── DATA EXTRACTS ──

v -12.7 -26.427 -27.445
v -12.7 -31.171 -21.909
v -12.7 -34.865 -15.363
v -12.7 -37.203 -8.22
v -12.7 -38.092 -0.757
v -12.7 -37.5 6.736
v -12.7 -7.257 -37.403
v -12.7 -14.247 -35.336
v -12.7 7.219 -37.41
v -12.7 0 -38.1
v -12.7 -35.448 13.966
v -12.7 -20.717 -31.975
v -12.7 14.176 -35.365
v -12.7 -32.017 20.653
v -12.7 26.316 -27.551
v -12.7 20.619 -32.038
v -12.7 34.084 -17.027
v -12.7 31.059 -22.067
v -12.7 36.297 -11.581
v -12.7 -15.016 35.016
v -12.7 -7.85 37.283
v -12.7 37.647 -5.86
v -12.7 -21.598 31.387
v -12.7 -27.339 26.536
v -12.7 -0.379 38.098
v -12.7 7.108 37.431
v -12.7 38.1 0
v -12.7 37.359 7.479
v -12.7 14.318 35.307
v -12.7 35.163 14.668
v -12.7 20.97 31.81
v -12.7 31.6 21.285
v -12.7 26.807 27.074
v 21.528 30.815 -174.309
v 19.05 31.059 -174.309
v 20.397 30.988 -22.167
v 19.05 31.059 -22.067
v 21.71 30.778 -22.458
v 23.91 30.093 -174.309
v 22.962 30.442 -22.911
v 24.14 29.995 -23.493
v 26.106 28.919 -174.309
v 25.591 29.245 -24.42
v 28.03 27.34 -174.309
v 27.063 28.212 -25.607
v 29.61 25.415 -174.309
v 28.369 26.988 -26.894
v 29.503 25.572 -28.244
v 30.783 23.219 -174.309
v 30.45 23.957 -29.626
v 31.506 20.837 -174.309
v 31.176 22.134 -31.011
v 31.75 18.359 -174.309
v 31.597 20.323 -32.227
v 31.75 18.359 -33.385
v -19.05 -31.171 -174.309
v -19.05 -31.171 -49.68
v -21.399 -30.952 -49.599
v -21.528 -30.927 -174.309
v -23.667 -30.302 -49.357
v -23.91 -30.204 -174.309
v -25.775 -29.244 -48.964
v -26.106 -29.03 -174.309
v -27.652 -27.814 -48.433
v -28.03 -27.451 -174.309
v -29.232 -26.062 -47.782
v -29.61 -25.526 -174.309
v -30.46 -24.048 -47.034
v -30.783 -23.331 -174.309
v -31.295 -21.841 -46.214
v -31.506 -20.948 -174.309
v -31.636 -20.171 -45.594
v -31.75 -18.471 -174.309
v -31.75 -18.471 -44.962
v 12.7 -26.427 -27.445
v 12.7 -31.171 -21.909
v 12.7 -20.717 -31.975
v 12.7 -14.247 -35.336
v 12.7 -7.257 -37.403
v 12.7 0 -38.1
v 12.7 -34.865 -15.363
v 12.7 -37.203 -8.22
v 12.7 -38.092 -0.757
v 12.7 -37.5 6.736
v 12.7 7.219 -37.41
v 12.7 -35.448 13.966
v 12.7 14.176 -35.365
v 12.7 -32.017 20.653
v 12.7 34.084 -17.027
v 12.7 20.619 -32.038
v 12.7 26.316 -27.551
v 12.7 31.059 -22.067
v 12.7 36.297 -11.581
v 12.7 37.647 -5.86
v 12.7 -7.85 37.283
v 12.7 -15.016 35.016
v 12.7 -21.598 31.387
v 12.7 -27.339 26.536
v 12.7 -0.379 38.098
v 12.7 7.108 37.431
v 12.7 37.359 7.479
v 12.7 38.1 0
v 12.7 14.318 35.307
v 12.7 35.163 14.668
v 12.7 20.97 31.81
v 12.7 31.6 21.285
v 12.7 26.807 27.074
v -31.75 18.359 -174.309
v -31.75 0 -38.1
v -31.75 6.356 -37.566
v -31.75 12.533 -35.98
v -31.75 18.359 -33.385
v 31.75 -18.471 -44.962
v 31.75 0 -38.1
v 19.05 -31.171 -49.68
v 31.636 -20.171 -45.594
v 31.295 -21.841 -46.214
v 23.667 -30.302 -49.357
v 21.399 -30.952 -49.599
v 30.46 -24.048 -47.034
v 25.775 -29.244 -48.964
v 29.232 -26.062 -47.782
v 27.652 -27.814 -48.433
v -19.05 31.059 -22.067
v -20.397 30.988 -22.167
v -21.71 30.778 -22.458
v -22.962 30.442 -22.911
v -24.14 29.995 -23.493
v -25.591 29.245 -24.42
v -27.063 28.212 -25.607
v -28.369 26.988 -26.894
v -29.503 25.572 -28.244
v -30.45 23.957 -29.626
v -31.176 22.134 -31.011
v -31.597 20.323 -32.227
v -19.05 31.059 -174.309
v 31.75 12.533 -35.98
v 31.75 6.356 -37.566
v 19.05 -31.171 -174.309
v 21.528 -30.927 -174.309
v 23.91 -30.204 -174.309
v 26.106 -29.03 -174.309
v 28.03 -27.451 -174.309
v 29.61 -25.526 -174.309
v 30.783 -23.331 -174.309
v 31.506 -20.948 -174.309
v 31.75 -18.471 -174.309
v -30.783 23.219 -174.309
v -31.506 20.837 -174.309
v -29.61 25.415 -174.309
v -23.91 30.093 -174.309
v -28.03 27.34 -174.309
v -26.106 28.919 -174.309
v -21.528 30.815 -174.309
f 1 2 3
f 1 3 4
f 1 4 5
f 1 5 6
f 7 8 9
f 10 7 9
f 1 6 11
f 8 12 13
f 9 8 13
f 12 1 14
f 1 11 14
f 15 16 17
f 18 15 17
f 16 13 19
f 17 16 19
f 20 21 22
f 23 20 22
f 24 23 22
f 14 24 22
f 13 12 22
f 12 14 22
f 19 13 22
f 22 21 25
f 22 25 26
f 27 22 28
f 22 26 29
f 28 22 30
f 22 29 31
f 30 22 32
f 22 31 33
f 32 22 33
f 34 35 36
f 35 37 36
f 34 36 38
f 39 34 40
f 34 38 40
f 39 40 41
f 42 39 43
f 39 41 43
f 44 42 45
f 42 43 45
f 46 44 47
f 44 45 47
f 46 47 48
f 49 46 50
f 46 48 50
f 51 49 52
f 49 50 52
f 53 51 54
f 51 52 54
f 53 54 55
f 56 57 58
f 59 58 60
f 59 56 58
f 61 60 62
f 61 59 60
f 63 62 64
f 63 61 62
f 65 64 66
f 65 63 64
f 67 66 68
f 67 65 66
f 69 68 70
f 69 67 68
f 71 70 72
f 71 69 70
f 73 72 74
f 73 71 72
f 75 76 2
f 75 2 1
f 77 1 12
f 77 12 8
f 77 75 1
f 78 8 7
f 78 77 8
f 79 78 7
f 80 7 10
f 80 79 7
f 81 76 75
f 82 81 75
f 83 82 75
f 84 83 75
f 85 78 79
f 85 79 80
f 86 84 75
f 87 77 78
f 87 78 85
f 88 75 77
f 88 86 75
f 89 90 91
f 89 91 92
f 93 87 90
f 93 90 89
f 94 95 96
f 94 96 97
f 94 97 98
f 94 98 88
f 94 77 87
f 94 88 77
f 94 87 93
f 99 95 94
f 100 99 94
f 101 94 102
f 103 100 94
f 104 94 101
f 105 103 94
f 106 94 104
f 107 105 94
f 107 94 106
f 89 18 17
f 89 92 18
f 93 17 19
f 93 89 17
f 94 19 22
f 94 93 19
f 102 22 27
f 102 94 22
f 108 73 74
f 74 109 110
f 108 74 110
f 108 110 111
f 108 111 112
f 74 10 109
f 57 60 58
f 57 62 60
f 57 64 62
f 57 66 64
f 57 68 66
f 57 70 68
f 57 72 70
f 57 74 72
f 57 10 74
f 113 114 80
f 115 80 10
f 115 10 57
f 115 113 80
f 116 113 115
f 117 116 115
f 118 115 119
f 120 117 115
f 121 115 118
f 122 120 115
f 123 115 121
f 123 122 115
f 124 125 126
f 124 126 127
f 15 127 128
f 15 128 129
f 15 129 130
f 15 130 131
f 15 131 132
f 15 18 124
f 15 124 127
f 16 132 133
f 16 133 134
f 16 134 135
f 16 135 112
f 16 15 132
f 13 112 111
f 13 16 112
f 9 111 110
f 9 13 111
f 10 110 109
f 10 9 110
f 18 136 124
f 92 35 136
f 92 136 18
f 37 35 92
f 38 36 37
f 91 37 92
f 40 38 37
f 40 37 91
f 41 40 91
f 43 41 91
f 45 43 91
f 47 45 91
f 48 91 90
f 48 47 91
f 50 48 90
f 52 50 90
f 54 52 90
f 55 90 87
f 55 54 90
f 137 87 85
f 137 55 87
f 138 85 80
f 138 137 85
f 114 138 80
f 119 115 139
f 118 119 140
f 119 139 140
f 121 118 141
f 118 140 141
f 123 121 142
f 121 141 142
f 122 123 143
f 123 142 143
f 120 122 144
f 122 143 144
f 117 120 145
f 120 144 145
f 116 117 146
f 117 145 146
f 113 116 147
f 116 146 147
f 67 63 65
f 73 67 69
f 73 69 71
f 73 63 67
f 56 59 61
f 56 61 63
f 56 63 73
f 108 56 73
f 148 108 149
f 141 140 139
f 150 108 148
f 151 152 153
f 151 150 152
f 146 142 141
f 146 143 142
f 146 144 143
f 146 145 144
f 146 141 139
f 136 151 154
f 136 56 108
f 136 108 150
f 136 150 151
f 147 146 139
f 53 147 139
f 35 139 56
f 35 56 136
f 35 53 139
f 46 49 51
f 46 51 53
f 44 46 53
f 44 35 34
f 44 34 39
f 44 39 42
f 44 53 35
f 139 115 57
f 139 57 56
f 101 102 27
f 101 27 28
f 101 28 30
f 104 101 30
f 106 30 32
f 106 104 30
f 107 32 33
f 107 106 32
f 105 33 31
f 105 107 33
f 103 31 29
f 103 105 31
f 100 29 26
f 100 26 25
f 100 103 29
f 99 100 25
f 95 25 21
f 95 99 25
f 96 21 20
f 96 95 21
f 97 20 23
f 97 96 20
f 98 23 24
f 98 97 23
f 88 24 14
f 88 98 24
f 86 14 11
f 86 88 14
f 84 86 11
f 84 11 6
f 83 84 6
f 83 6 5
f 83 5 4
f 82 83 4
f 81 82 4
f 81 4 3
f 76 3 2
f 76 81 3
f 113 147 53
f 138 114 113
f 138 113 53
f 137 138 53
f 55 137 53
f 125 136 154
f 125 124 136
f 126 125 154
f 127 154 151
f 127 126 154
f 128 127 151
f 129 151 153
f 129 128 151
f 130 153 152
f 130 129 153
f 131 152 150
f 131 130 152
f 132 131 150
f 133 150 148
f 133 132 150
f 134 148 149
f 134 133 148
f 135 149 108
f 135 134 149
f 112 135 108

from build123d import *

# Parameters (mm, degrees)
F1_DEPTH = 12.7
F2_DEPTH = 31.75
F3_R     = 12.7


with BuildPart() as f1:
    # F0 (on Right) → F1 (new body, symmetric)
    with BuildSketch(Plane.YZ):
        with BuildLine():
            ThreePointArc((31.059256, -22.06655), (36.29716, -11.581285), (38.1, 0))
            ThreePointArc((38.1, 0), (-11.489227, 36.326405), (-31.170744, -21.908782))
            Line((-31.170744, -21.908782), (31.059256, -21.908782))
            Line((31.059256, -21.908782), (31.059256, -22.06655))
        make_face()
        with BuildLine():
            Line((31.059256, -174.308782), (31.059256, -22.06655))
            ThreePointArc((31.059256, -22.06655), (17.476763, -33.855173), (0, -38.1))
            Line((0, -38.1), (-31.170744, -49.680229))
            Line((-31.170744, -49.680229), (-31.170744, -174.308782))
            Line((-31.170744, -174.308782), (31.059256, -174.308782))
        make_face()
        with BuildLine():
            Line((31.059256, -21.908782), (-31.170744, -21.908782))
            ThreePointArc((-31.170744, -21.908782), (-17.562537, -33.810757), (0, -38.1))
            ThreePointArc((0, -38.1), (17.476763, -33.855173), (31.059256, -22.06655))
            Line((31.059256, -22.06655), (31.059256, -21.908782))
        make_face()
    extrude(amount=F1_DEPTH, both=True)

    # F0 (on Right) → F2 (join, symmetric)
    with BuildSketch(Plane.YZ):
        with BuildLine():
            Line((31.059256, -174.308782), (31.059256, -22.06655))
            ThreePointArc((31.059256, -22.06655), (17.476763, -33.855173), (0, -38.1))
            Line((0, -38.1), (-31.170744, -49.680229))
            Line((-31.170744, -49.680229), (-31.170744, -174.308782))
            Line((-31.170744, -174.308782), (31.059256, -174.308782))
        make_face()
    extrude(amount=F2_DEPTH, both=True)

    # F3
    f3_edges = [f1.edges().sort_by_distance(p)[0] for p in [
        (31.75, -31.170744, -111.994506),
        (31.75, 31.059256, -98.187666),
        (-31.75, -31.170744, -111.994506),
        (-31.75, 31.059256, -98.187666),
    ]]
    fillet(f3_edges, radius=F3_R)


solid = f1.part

───
── DATA EXTRACTS ──

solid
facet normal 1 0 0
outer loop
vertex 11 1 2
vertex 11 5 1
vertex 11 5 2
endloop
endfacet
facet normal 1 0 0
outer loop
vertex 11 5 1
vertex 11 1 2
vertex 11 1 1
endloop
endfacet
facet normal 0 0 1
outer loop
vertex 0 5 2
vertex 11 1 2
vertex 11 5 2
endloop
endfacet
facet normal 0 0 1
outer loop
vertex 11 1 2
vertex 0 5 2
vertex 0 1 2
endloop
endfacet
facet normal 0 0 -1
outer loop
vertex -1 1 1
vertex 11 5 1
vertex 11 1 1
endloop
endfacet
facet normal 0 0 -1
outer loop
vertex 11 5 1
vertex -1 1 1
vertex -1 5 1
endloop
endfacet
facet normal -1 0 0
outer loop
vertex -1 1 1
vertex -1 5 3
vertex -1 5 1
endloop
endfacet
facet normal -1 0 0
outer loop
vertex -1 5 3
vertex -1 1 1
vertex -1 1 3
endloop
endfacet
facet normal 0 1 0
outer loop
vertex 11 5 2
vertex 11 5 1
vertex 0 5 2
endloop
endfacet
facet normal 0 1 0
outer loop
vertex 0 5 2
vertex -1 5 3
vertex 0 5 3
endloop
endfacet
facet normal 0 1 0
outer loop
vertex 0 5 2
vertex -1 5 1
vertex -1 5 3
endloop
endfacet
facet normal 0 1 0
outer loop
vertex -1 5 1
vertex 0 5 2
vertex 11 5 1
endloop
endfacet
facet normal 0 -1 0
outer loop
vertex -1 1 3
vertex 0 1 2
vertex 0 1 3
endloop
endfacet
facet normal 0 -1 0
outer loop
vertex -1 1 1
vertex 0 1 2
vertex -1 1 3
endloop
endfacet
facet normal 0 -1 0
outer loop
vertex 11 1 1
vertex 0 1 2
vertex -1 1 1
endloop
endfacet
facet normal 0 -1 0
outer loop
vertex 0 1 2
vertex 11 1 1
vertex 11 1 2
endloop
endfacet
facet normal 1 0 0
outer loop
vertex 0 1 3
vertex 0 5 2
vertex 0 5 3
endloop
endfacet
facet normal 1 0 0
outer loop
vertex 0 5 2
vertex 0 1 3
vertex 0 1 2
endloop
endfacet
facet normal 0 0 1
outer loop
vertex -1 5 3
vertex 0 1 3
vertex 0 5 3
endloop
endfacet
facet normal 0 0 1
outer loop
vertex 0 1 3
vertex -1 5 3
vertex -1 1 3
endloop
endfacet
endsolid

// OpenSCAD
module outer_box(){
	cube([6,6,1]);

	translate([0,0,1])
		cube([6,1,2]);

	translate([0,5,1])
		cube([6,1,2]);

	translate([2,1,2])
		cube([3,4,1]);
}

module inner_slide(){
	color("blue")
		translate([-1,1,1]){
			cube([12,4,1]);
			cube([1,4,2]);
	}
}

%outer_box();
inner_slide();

───

▶ TASK BRIEF
Using the material above, transcribe exactly the lines from the line with "v -12.7 -26.427 -27.445" to the line with "v 24.14 29.995 -23.493"; both count, and nothing else goes in.

▶ ANSWER FOR THIS EXERCISE
v -12.7 -26.427 -27.445
v -12.7 -31.171 -21.909
v -12.7 -34.865 -15.363
v -12.7 -37.203 -8.22
v -12.7 -38.092 -0.757
v -12.7 -37.5 6.736
v -12.7 -7.257 -37.403
v -12.7 -14.247 -35.336
v -12.7 7.219 -37.41
v -12.7 0 -38.1
v -12.7 -35.448 13.966
v -12.7 -20.717 -31.975
v -12.7 14.176 -35.365
v -12.7 -32.017 20.653
v -12.7 26.316 -27.551
v -12.7 20.619 -32.038
v -12.7 34.084 -17.027
v -12.7 31.059 -22.067
v -12.7 36.297 -11.581
v -12.7 -15.016 35.016
v -12.7 -7.85 37.283
v -12.7 37.647 -5.86
v -12.7 -21.598 31.387
v -12.7 -27.339 26.536
v -12.7 -0.379 38.098
v -12.7 7.108 37.431
v -12.7 38.1 0
v -12.7 37.359 7.479
v -12.7 14.318 35.307
v -12.7 35.163 14.668
v -12.7 20.97 31.81
v -12.7 31.6 21.285
v -12.7 26.807 27.074
v 21.528 30.815 -174.309
v 19.05 31.059 -174.309
v 20.397 30.988 -22.167
v 19.05 31.059 -22.067
v 21.71 30.778 -22.458
v 23.91 30.093 -174.309
v 22.962 30.442 -22.911
v 24.14 29.995 -23.493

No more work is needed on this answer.